▶ _Dataset extract_
☆ ☆ ☆ ☆ ☆
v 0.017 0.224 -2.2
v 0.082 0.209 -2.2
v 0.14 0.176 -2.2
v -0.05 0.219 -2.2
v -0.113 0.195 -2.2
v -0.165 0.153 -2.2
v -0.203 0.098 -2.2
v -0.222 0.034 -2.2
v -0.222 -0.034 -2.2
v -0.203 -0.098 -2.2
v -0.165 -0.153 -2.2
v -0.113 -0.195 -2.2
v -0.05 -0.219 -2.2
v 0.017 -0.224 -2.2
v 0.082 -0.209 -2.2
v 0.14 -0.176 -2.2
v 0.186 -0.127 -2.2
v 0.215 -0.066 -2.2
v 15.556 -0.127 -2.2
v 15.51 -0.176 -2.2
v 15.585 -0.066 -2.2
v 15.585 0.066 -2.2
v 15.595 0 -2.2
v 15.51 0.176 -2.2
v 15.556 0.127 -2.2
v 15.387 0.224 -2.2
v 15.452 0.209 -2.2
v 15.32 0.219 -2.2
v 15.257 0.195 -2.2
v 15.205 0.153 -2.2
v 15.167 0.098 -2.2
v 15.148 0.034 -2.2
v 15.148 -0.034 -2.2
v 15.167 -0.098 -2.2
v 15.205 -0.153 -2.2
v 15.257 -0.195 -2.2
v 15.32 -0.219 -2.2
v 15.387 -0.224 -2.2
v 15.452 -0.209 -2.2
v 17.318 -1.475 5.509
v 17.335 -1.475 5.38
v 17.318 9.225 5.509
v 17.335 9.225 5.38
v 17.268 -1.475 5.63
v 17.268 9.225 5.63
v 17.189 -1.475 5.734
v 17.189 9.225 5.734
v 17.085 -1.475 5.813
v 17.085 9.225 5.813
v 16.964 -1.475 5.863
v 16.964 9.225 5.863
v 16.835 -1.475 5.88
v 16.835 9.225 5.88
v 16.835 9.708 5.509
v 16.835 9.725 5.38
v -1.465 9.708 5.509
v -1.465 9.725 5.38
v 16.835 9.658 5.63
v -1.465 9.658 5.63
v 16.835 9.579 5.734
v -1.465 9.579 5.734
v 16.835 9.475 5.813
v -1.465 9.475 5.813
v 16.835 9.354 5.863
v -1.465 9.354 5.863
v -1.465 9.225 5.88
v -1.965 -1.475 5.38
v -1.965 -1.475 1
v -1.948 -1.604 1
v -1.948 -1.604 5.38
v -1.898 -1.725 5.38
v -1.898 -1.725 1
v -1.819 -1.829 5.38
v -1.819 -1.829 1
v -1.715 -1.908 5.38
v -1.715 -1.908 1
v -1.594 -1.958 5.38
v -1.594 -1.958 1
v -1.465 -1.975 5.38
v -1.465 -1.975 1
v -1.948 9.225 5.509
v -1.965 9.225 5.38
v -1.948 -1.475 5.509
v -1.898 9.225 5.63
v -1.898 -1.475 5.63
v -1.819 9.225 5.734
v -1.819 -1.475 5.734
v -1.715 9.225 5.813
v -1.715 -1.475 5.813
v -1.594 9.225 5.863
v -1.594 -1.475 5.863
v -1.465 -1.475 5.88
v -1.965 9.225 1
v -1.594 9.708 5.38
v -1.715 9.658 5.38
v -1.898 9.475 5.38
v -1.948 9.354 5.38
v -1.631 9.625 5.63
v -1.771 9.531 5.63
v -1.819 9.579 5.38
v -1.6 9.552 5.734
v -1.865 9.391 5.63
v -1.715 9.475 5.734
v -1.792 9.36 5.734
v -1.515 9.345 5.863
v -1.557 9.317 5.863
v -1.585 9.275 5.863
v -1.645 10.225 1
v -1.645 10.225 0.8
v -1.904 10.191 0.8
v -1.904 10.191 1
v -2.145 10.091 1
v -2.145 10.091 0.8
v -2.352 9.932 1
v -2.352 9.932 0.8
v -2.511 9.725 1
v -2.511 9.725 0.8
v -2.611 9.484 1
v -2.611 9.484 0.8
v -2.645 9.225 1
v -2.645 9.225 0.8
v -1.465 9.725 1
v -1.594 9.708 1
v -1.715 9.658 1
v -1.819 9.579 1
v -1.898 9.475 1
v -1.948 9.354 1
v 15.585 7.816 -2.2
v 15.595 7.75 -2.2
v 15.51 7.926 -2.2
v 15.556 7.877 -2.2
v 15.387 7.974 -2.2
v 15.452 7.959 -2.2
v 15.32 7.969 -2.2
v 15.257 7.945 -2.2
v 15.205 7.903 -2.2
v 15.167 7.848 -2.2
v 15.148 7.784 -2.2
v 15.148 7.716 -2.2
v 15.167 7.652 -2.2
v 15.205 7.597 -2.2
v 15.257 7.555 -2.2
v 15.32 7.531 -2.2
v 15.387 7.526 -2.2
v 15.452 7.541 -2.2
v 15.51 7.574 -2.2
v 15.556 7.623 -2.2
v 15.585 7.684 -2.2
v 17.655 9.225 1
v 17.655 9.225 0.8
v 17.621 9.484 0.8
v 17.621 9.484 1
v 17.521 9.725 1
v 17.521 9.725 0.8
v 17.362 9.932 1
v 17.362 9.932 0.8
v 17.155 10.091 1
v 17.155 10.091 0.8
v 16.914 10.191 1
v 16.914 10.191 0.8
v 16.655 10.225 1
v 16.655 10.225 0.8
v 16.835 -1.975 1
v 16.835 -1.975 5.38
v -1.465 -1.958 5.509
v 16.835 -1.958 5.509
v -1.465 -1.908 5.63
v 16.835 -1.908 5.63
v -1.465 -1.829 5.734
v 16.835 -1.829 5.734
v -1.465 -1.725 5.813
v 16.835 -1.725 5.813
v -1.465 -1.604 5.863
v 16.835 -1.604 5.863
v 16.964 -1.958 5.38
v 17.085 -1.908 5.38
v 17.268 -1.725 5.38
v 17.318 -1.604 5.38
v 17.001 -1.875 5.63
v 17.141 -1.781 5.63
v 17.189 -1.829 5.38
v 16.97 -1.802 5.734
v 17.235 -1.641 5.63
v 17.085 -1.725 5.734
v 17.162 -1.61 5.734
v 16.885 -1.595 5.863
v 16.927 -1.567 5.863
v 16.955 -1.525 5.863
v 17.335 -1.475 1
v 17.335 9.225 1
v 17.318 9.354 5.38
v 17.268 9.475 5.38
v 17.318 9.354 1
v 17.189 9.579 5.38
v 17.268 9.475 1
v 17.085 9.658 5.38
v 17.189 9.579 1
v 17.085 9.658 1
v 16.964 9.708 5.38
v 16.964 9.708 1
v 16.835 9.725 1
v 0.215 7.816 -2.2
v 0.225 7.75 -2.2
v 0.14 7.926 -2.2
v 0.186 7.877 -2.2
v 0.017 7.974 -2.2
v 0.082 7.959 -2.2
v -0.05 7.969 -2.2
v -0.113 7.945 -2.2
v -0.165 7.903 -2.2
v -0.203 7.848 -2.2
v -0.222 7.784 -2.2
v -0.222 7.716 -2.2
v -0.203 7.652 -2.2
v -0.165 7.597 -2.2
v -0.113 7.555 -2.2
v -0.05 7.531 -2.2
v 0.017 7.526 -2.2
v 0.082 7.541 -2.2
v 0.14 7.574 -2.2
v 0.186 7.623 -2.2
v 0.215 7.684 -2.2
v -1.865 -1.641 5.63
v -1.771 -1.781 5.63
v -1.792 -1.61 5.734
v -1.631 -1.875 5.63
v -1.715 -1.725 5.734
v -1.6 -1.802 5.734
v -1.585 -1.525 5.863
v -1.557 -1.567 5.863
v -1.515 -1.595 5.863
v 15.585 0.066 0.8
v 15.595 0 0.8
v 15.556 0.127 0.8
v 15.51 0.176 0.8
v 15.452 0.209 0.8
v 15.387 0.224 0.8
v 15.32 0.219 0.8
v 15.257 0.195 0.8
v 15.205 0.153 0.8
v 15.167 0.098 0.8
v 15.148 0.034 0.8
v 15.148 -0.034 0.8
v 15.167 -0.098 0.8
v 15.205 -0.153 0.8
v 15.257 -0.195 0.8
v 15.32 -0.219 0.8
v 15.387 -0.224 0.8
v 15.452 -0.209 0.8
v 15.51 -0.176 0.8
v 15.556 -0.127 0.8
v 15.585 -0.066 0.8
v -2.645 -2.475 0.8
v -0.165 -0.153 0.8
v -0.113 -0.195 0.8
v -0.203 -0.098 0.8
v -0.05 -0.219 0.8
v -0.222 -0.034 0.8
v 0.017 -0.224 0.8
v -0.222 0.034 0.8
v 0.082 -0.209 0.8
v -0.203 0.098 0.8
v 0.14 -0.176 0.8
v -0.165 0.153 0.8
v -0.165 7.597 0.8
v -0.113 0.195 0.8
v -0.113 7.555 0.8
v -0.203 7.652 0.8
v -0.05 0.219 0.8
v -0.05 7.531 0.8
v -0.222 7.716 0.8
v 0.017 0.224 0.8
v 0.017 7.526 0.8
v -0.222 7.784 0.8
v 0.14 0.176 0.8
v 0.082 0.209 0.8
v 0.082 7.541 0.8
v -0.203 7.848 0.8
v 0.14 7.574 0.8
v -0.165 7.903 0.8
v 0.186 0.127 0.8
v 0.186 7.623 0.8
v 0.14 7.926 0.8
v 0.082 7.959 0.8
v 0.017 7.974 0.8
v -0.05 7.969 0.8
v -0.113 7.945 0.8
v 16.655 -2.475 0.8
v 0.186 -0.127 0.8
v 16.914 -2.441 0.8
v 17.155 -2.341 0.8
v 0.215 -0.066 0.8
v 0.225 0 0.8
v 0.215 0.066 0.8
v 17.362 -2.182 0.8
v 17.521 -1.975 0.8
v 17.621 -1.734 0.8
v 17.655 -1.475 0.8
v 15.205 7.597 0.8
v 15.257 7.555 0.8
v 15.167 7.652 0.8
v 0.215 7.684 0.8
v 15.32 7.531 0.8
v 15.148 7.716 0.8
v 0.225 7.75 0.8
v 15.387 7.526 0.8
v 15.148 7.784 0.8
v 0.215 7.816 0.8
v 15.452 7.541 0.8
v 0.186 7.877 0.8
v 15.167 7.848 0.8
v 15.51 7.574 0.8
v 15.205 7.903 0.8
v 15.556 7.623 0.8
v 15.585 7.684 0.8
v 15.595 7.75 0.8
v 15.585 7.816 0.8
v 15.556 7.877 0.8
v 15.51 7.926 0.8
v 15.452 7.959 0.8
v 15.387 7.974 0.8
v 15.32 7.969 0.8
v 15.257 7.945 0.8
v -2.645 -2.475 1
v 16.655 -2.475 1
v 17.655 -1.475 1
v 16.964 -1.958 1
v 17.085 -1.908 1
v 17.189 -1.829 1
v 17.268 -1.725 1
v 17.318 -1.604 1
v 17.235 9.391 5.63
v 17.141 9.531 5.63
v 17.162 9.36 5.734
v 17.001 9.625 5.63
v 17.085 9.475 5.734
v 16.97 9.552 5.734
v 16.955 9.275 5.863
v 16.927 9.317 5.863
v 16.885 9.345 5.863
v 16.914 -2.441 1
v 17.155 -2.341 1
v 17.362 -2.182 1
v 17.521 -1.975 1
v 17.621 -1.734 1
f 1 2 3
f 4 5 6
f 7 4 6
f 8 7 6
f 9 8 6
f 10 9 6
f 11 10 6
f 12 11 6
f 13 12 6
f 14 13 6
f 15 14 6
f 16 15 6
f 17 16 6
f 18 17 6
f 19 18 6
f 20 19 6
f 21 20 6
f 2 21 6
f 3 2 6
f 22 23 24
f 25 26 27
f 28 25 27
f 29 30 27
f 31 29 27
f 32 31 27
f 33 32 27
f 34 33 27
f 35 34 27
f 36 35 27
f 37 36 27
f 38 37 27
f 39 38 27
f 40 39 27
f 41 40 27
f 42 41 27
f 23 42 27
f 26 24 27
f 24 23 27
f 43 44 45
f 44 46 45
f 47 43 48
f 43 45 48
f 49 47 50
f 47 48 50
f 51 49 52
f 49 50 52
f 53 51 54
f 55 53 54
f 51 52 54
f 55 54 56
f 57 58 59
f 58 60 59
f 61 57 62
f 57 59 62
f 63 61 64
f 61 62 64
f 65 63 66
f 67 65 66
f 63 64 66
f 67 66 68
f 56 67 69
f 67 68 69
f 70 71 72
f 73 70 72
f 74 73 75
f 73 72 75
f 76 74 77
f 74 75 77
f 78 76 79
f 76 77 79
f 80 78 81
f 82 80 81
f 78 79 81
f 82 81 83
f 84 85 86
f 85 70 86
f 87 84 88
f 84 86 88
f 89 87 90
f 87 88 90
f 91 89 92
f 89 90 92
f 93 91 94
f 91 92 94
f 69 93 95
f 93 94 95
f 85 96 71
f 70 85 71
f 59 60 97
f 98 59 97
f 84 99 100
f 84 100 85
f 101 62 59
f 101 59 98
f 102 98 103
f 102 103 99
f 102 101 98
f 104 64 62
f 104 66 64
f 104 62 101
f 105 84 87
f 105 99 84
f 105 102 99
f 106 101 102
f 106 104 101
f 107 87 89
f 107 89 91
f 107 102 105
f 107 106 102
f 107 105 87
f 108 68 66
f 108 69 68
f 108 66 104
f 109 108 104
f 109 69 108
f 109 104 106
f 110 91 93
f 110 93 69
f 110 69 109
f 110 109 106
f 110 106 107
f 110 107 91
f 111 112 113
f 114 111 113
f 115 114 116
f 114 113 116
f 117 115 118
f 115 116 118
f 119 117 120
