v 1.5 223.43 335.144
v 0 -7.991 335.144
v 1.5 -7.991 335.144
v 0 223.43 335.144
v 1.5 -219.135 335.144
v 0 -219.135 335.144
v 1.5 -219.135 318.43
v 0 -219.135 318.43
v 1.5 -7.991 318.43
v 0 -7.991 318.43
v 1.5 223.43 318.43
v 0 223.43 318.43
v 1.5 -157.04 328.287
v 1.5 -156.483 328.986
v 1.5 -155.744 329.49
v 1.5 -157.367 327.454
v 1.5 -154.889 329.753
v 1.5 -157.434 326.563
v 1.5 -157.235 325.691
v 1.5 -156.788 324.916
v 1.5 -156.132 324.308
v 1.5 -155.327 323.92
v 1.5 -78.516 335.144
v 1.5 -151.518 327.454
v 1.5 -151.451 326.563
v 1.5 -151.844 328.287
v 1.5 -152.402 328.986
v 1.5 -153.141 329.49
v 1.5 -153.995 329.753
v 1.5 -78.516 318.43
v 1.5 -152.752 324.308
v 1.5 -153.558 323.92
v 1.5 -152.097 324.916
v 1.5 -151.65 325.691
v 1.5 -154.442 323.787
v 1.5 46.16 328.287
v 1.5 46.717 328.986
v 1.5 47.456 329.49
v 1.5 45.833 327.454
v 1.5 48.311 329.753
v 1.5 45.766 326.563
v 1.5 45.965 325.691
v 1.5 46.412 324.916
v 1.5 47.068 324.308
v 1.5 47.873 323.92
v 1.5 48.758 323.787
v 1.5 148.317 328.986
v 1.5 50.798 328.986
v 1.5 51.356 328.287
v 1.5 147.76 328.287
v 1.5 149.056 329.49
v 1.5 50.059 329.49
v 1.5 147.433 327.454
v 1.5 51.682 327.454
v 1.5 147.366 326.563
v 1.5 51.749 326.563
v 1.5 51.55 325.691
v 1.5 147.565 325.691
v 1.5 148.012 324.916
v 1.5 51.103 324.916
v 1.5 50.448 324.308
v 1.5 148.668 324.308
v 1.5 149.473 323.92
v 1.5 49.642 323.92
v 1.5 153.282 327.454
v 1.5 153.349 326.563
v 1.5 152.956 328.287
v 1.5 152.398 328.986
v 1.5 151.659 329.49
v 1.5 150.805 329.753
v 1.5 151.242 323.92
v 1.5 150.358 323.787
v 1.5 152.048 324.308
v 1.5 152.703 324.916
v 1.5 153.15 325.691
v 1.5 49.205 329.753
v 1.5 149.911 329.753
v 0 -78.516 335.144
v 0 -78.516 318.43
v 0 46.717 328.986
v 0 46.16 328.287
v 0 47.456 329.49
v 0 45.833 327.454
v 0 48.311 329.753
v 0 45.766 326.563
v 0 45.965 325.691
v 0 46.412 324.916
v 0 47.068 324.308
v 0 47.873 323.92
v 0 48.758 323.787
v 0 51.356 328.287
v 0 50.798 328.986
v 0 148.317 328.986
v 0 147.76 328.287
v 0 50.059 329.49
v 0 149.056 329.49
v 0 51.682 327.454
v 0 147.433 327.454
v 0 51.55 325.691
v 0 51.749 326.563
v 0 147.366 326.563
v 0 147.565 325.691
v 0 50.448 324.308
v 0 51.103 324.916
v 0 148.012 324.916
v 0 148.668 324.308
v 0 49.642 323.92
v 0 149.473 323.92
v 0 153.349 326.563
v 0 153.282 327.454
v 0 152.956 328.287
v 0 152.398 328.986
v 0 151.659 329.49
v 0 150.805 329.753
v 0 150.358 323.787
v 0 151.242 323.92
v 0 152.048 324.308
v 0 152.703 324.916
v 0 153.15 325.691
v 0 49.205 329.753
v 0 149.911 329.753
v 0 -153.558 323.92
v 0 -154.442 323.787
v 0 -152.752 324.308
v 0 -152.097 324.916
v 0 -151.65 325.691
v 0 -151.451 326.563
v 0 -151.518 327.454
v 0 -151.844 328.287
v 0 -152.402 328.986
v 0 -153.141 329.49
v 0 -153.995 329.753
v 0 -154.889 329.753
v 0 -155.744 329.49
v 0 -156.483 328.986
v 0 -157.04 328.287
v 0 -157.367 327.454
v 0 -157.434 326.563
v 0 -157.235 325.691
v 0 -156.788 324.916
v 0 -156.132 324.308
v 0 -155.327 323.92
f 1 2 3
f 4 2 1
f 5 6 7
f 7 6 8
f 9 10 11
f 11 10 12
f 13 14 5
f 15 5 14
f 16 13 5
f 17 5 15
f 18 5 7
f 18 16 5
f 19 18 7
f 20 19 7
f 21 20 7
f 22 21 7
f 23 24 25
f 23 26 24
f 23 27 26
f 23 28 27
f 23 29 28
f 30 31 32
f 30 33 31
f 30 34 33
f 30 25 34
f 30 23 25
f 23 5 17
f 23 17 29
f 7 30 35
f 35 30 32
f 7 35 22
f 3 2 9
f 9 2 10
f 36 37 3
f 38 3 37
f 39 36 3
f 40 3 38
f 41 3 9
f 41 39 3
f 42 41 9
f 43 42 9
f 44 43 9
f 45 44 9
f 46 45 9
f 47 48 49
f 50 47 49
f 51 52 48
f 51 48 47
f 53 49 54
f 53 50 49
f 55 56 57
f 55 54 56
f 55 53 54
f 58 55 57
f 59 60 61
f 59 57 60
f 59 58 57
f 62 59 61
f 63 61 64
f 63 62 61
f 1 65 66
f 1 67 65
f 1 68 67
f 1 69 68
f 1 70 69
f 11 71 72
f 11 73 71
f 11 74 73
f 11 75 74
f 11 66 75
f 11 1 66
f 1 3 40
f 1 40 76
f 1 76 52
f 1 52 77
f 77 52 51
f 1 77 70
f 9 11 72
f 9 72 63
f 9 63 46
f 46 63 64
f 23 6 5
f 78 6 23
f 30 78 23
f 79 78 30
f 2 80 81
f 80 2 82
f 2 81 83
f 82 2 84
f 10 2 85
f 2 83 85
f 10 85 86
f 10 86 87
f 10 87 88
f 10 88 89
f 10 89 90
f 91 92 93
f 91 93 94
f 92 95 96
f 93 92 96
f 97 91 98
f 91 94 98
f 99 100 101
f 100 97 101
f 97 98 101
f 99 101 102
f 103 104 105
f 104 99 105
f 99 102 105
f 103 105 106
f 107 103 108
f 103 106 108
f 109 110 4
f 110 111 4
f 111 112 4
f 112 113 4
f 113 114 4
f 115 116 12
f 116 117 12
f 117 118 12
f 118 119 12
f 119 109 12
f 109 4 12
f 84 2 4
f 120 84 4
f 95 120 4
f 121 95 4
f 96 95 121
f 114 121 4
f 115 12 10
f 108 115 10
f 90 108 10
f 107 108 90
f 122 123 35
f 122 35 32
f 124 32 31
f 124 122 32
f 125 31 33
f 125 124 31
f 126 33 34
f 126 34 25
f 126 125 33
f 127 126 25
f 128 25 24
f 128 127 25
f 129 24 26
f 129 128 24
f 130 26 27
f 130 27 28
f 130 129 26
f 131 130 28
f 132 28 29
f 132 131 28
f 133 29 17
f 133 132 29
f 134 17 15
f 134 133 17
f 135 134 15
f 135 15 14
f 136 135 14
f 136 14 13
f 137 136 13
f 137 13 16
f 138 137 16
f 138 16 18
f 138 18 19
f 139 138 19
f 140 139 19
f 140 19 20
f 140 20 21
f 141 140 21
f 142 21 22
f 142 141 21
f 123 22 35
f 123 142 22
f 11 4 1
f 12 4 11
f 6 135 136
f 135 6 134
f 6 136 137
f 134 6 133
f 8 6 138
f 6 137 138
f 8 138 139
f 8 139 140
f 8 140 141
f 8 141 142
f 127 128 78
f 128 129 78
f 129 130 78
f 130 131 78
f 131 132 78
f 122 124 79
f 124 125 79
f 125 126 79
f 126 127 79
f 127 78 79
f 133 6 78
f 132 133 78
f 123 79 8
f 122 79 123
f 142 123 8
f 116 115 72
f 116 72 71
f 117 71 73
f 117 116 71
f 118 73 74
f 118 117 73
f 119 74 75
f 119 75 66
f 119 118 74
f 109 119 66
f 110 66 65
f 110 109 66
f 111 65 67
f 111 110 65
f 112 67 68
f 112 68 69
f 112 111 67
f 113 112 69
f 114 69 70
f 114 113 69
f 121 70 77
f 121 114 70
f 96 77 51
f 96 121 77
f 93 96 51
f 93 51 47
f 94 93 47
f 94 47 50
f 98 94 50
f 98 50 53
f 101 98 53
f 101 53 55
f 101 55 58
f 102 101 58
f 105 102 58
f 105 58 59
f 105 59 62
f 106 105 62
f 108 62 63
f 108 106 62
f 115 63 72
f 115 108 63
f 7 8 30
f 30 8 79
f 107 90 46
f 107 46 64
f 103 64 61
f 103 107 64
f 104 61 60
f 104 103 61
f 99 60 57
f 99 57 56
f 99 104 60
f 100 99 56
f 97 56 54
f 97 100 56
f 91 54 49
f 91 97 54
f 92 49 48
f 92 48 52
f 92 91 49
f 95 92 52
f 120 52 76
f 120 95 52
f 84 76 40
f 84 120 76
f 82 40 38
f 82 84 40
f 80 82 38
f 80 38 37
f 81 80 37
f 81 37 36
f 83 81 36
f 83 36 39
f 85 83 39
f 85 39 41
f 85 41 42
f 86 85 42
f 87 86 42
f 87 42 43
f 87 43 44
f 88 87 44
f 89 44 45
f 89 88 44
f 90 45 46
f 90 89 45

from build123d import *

# Parameters (mm, degrees)
SKETCH1_W             = 16.714
SKETCH1_H             = 140.619093265
SKETCH1_R             = 3
BOSS_EXTRUDE1_DEPTH   = 1.5
SKETCH1_H_2           = 231.421093249
BOSS_EXTRUDE1_2_DEPTH = 1.5


with BuildPart() as part:
    # Sketch1 → Boss-Extrude1 (new body)
    with BuildSketch(Plane(origin=(0, 0, 0), x_dir=(0, 0, -1), z_dir=(1, 0, 0))):
        with Locations((-326.786752095, -148.825397991)):
            Rectangle(SKETCH1_W, SKETCH1_H)
        with Locations((-326.786752095, -154.442358109)):
            Circle(SKETCH1_R, mode=Mode.SUBTRACT)
    extrude(amount=BOSS_EXTRUDE1_DEPTH)


with BuildPart() as body_2:
    # Sketch1 → Boss-Extrude1 2 (new body)
    with BuildSketch(Plane(origin=(0, 0, 0), x_dir=(0, 0, -1), z_dir=(1, 0, 0))):
        with Locations((-326.786752095, 107.719695266)):
            Rectangle(SKETCH1_W, SKETCH1_H_2)
        with Locations((-326.786752095, 150.357641891)):
            Circle(SKETCH1_R, mode=Mode.SUBTRACT)
        with Locations((-326.786752095, 48.757641891)):
            Circle(SKETCH1_R, mode=Mode.SUBTRACT)
    extrude(amount=BOSS_EXTRUDE1_2_DEPTH)


solid = Compound([part.part, body_2.part])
☆ ☆ ☆ ☆ ☆
▶ _Action item_
Exactly the lines from the one containing "f 112 68 69" through the end of the records should be reproduced, and no others.

▶ _Answer box_
f 112 68 69
f 112 111 67
f 113 112 69
f 114 69 70
f 114 113 69
f 121 70 77
f 121 114 70
f 96 77 51
f 96 121 77
f 93 96 51
f 93 51 47
f 94 93 47
f 94 47 50
f 98 94 50
f 98 50 53
f 101 98 53
f 101 53 55
f 101 55 58
f 102 101 58
f 105 102 58
f 105 58 59
f 105 59 62
f 106 105 62
f 108 62 63
f 108 106 62
f 115 63 72
f 115 108 63
f 7 8 30
f 30 8 79
f 107 90 46
f 107 46 64
f 103 64 61
f 103 107 64
f 104 61 60
f 104 103 61
f 99 60 57
f 99 57 56
f 99 104 60
f 100 99 56
f 97 56 54
f 97 100 56
f 91 54 49
f 91 97 54
f 92 49 48
f 92 48 52
f 92 91 49
f 95 92 52
f 120 52 76
f 120 95 52
f 84 76 40
f 84 120 76
f 82 40 38
f 82 84 40
f 80 82 38
f 80 38 37
f 81 80 37
f 81 37 36
f 83 81 36
f 83 36 39
f 85 83 39
f 85 39 41
f 85 41 42
f 86 85 42
f 87 86 42
f 87 42 43
f 87 43 44
f 88 87 44
f 89 44 45
f 89 88 44
f 90 45 46
f 90 89 45

from build123d import *

# Parameters (mm, degrees)
SKETCH1_W             = 16.714
SKETCH1_H             = 140.619093265
SKETCH1_R             = 3
BOSS_EXTRUDE1_DEPTH   = 1.5
SKETCH1_H_2           = 231.421093249
BOSS_EXTRUDE1_2_DEPTH = 1.5


with BuildPart() as part:
    # Sketch1 → Boss-Extrude1 (new body)
    with BuildSketch(Plane(origin=(0, 0, 0), x_dir=(0, 0, -1), z_dir=(1, 0, 0))):
        with Locations((-326.786752095, -148.825397991)):
            Rectangle(SKETCH1_W, SKETCH1_H)
        with Locations((-326.786752095, -154.442358109)):
            Circle(SKETCH1_R, mode=Mode.SUBTRACT)
    extrude(amount=BOSS_EXTRUDE1_DEPTH)


with BuildPart() as body_2:
    # Sketch1 → Boss-Extrude1 2 (new body)
    with BuildSketch(Plane(origin=(0, 0, 0), x_dir=(0, 0, -1), z_dir=(1, 0, 0))):
        with Locations((-326.786752095, 107.719695266)):
            Rectangle(SKETCH1_W, SKETCH1_H_2)
        with Locations((-326.786752095, 150.357641891)):
            Circle(SKETCH1_R, mode=Mode.SUBTRACT)
        with Locations((-326.786752095, 48.757641891)):
            Circle(SKETCH1_R, mode=Mode.SUBTRACT)
    extrude(amount=BOSS_EXTRUDE1_2_DEPTH)


solid = Compound([part.part, body_2.part])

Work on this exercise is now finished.